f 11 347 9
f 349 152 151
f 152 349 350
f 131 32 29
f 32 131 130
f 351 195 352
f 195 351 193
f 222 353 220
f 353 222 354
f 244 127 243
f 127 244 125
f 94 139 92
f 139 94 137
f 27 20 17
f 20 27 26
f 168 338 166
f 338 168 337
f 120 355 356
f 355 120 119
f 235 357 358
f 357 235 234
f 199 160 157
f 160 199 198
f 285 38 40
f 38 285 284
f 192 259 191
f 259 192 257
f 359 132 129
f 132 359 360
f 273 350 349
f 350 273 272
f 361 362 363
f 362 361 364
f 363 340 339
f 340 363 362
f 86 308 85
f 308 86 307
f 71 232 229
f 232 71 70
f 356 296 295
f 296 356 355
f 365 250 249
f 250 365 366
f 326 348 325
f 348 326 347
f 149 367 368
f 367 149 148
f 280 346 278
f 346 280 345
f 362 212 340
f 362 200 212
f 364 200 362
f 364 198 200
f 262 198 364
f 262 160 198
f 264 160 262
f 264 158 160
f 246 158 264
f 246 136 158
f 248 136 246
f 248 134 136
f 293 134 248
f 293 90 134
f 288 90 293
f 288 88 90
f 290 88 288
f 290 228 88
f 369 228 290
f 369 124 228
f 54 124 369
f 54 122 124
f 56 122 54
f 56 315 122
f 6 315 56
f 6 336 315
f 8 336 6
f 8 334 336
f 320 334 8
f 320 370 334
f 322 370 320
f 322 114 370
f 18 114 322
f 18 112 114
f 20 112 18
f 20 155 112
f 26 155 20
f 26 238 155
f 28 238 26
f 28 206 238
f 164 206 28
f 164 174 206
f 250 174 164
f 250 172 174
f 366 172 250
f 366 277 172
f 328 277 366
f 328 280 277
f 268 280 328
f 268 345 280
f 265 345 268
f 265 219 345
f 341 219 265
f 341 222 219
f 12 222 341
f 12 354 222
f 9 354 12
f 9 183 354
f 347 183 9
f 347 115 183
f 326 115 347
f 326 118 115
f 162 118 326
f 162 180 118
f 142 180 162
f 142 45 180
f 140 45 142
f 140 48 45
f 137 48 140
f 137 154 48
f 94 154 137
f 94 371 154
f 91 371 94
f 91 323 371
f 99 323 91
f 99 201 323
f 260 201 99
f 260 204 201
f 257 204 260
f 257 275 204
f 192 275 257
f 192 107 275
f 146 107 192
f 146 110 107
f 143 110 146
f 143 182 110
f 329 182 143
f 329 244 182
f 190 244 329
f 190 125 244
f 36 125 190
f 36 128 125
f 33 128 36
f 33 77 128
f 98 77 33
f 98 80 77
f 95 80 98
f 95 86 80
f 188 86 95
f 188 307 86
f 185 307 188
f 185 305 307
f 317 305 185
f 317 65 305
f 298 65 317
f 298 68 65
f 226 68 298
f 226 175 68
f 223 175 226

__________

YOUR INSTRUCTIONS:
Nothing but the lines from the one containing "f 137 154 48" through the end of the material should appear; please return them exactly.

YOUR RESPONSE:
f 137 154 48
f 94 154 137
f 94 371 154
f 91 371 94
f 91 323 371
f 99 323 91
f 99 201 323
f 260 201 99
f 260 204 201
f 257 204 260
f 257 275 204
f 192 275 257
f 192 107 275
f 146 107 192
f 146 110 107
f 143 110 146
f 143 182 110
f 329 182 143
f 329 244 182
f 190 244 329
f 190 125 244
f 36 125 190
f 36 128 125
f 33 128 36
f 33 77 128
f 98 77 33
f 98 80 77
f 95 80 98
f 95 86 80
f 188 86 95
f 188 307 86
f 185 307 188
f 185 305 307
f 317 305 185
f 317 65 305
f 298 65 317
f 298 68 65
f 226 68 298
f 226 175 68
f 223 175 226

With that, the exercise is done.